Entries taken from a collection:

________

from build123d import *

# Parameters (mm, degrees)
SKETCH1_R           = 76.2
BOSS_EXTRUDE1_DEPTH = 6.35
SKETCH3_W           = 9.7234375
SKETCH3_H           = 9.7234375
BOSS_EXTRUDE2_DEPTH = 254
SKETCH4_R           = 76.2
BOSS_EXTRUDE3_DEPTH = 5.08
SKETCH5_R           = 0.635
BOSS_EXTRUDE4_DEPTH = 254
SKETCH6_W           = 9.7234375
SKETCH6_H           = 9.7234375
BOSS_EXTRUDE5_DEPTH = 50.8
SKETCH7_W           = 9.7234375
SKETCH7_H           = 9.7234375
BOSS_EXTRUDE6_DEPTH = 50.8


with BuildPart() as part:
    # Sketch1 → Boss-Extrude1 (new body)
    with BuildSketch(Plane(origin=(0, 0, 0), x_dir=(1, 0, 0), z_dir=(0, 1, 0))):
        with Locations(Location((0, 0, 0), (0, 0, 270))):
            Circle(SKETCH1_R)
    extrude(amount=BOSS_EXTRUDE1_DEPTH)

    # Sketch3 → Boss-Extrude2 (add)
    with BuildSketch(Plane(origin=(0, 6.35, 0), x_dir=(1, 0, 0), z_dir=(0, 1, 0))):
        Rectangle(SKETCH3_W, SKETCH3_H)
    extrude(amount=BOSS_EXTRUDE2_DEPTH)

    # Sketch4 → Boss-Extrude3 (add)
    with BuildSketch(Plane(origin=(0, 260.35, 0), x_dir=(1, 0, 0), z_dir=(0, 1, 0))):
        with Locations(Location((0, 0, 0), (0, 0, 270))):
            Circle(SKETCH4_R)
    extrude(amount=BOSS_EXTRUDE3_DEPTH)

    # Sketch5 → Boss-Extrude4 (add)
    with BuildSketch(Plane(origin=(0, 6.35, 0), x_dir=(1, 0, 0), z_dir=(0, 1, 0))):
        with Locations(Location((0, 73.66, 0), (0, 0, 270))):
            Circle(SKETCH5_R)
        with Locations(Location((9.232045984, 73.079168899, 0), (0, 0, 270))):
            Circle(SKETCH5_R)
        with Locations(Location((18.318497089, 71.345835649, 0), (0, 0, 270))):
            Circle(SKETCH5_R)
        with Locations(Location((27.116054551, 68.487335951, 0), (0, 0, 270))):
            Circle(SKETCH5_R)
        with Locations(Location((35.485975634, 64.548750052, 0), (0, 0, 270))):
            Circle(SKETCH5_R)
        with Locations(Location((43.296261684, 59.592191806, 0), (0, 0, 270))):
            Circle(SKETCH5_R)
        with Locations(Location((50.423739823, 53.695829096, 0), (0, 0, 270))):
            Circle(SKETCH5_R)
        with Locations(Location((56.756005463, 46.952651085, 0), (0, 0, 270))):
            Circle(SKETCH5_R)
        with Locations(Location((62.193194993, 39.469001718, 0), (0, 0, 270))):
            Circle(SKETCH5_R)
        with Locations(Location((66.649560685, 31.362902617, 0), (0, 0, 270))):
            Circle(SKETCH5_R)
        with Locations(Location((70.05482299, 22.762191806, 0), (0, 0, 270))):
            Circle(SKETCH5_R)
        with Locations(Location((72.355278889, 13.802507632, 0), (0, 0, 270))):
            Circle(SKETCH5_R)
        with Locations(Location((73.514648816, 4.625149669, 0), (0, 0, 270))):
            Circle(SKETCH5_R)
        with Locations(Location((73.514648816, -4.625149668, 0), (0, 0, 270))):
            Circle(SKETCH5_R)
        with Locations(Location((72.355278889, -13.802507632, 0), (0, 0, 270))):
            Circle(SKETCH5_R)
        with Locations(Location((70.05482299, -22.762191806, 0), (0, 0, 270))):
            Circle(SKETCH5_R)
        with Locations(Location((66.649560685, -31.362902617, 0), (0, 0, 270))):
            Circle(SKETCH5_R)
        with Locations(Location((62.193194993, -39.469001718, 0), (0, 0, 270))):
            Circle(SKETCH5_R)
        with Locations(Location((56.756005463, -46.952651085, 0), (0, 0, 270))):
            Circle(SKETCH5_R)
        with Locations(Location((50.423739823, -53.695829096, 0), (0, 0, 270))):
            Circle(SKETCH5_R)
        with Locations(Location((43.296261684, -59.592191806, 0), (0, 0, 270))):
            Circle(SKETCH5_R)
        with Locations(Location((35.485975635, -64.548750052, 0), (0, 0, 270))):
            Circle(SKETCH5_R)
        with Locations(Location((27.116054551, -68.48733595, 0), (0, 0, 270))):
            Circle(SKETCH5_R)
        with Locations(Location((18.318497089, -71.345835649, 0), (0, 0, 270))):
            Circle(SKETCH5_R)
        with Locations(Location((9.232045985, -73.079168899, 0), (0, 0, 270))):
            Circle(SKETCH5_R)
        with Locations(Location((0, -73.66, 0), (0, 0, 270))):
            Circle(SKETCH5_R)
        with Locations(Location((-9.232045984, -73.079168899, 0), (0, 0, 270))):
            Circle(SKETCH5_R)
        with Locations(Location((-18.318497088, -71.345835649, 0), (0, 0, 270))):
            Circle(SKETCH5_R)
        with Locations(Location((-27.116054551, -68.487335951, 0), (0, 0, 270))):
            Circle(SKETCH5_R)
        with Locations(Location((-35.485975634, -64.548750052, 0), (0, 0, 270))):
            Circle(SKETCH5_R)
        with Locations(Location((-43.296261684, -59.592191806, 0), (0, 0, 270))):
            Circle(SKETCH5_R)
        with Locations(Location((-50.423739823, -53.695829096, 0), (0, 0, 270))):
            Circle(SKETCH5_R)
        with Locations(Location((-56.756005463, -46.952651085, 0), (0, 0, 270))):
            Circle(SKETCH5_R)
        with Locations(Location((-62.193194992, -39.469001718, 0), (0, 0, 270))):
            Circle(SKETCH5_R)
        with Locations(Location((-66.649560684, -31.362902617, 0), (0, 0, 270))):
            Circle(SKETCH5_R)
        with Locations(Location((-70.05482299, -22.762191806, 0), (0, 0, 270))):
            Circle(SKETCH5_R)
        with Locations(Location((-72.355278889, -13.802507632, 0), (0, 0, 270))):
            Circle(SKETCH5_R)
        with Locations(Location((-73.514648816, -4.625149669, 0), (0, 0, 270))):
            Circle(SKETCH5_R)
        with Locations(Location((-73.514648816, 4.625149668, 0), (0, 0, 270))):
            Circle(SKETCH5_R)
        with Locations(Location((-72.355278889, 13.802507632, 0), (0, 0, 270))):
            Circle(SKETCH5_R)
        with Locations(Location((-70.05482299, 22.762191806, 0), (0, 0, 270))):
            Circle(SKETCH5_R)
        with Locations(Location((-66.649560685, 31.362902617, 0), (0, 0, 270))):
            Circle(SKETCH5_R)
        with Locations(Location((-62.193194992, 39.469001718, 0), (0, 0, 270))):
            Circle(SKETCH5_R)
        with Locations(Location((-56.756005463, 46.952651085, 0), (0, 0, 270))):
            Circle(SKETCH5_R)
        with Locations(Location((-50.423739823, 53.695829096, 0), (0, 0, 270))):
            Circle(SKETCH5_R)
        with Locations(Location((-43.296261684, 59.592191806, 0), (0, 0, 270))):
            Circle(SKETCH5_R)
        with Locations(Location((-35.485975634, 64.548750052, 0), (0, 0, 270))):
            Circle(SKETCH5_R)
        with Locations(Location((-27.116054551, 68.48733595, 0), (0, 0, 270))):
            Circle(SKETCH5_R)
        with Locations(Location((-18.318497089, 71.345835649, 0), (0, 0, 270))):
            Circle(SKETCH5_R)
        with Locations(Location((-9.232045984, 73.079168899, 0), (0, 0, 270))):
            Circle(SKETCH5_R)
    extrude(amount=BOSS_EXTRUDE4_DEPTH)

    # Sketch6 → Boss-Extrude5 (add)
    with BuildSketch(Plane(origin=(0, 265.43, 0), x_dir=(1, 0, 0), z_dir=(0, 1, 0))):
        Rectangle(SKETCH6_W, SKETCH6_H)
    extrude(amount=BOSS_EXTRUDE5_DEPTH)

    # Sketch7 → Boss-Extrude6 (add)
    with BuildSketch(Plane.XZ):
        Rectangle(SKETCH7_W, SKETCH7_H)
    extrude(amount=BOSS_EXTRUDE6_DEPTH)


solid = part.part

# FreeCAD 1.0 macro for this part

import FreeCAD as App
import Part
import Sketcher
from FreeCAD import Vector
Q = App.Units.Quantity

doc = App.newDocument("Part")
body = doc.addObject("PartDesign::Body", "Body")

sketch1 = body.newObject("Sketcher::SketchObject", "Sketch")
sketch1.AttachmentSupport = (doc.getObject("XZ_Plane"), [""])
sketch1.MapMode = "FlatFace"
sketch1.addGeometry(Part.Circle(Vector(0, 0, 0), Vector(0, 0, 1), 76.2), False)
sketch1.addConstraint([
    Sketcher.Constraint("Coincident", 0, 3, -1, 1),
    Sketcher.Constraint("Diameter", 0, Q("6 in")),
])
pad1 = body.newObject("PartDesign::Pad", "Pad")
pad1.Profile = sketch1
pad1.Length = Q("0.25 in")
pad1.Reversed = True

sketch2 = body.newObject("Sketcher::SketchObject", "Sketch001")
sketch2.AttachmentSupport = (doc.getObject("XZ_Plane"), [""])
sketch2.MapMode = "FlatFace"
sketch2.AttachmentOffset = App.Placement(Vector(0, 0, -0.25 * 25.4), App.Rotation())
sketch2.addGeometry([
    Part.LineSegment(Vector(-4.861719, -4.861719, 0), Vector(-4.861719, 4.861719, 0)),
    Part.LineSegment(Vector(-4.861719, 4.861719, 0), Vector(4.861719, 4.861719, 0)),
    Part.LineSegment(Vector(4.861719, 4.861719, 0), Vector(4.861719, -4.861719, 0)),
    Part.LineSegment(Vector(4.861719, -4.861719, 0), Vector(-4.861719, -4.861719, 0)),
], False)
sketch2.addConstraint([
    Sketcher.Constraint("Coincident", 0, 2, 1, 1),
    Sketcher.Constraint("Coincident", 1, 2, 2, 1),
    Sketcher.Constraint("Coincident", 2, 2, 3, 1),
    Sketcher.Constraint("Coincident", 3, 2, 0, 1),
    Sketcher.Constraint("Vertical", 0),
    Sketcher.Constraint("Horizontal", 1),
    Sketcher.Constraint("Vertical", 2),
    Sketcher.Constraint("Horizontal", 3),
    Sketcher.Constraint("Symmetric", 0, 2, 2, 2, -1, 1),
    Sketcher.Constraint("Equal", 3, 0),
    Sketcher.Constraint("DistanceX", 1, 1, 1, 2, Q("9.723437 mm")),
])
pad2 = body.newObject("PartDesign::Pad", "Pad001")
pad2.Profile = sketch2
pad2.Length = Q("10 in")
pad2.Reversed = True

sketch3 = body.newObject("Sketcher::SketchObject", "Sketch002")
sketch3.AttachmentSupport = (doc.getObject("XZ_Plane"), [""])
sketch3.MapMode = "FlatFace"
sketch3.AttachmentOffset = App.Placement(Vector(0, 0, -10.25 * 25.4), App.Rotation())
sketch3.addGeometry(Part.Circle(Vector(0, 0, 0), Vector(0, 0, 1), 76.2), False)
sketch3.addConstraint([
    Sketcher.Constraint("Coincident", 0, 3, -1, 1),
    Sketcher.Constraint("Diameter", 0, Q("6 in")),
])
pad3 = body.newObject("PartDesign::Pad", "Pad002")
pad3.Profile = sketch3
pad3.Length = Q("0.2 in")
pad3.Reversed = True

sketch4 = body.newObject("Sketcher::SketchObject", "Sketch003")
sketch4.AttachmentSupport = (doc.getObject("XZ_Plane"), [""])
sketch4.MapMode = "FlatFace"
sketch4.AttachmentOffset = App.Placement(Vector(0, 0, -0.25 * 25.4), App.Rotation())
sketch4.addGeometry([
    Part.Circle(Vector(0, -73.66, 0), Vector(0, 0, 1), 0.635),
    Part.Circle(Vector(9.232046, -73.079169, 0), Vector(0, 0, 1), 0.635),
    Part.Circle(Vector(18.318497, -71.345836, 0), Vector(0, 0, 1), 0.635),
    Part.Circle(Vector(27.116055, -68.487336, 0), Vector(0, 0, 1), 0.635),
    Part.Circle(Vector(35.485976, -64.54875, 0), Vector(0, 0, 1), 0.635),
    Part.Circle(Vector(43.296262, -59.592192, 0), Vector(0, 0, 1), 0.635),
    Part.Circle(Vector(50.42374, -53.695829, 0), Vector(0, 0, 1), 0.635),
    Part.Circle(Vector(56.756005, -46.952651, 0), Vector(0, 0, 1), 0.635),
    Part.Circle(Vector(62.193195, -39.469002, 0), Vector(0, 0, 1), 0.635),
    Part.Circle(Vector(66.649561, -31.362903, 0), Vector(0, 0, 1), 0.635),
    Part.Circle(Vector(70.054823, -22.762192, 0), Vector(0, 0, 1), 0.635),
    Part.Circle(Vector(72.355279, -13.802508, 0), Vector(0, 0, 1), 0.635),
    Part.Circle(Vector(73.514649, -4.62515, 0), Vector(0, 0, 1), 0.635),
    Part.Circle(Vector(73.514649, 4.62515, 0), Vector(0, 0, 1), 0.635),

________

WHAT THE TASK ASKS. Among the lines above, find those that contain the word "BuildSketch" and copy them.

EXERCISE RESULT.
    with BuildSketch(Plane(origin=(0, 0, 0), x_dir=(1, 0, 0), z_dir=(0, 1, 0))):
    with BuildSketch(Plane(origin=(0, 6.35, 0), x_dir=(1, 0, 0), z_dir=(0, 1, 0))):
    with BuildSketch(Plane(origin=(0, 260.35, 0), x_dir=(1, 0, 0), z_dir=(0, 1, 0))):
    with BuildSketch(Plane(origin=(0, 6.35, 0), x_dir=(1, 0, 0), z_dir=(0, 1, 0))):
    with BuildSketch(Plane(origin=(0, 265.43, 0), x_dir=(1, 0, 0), z_dir=(0, 1, 0))):
    with BuildSketch(Plane.XZ):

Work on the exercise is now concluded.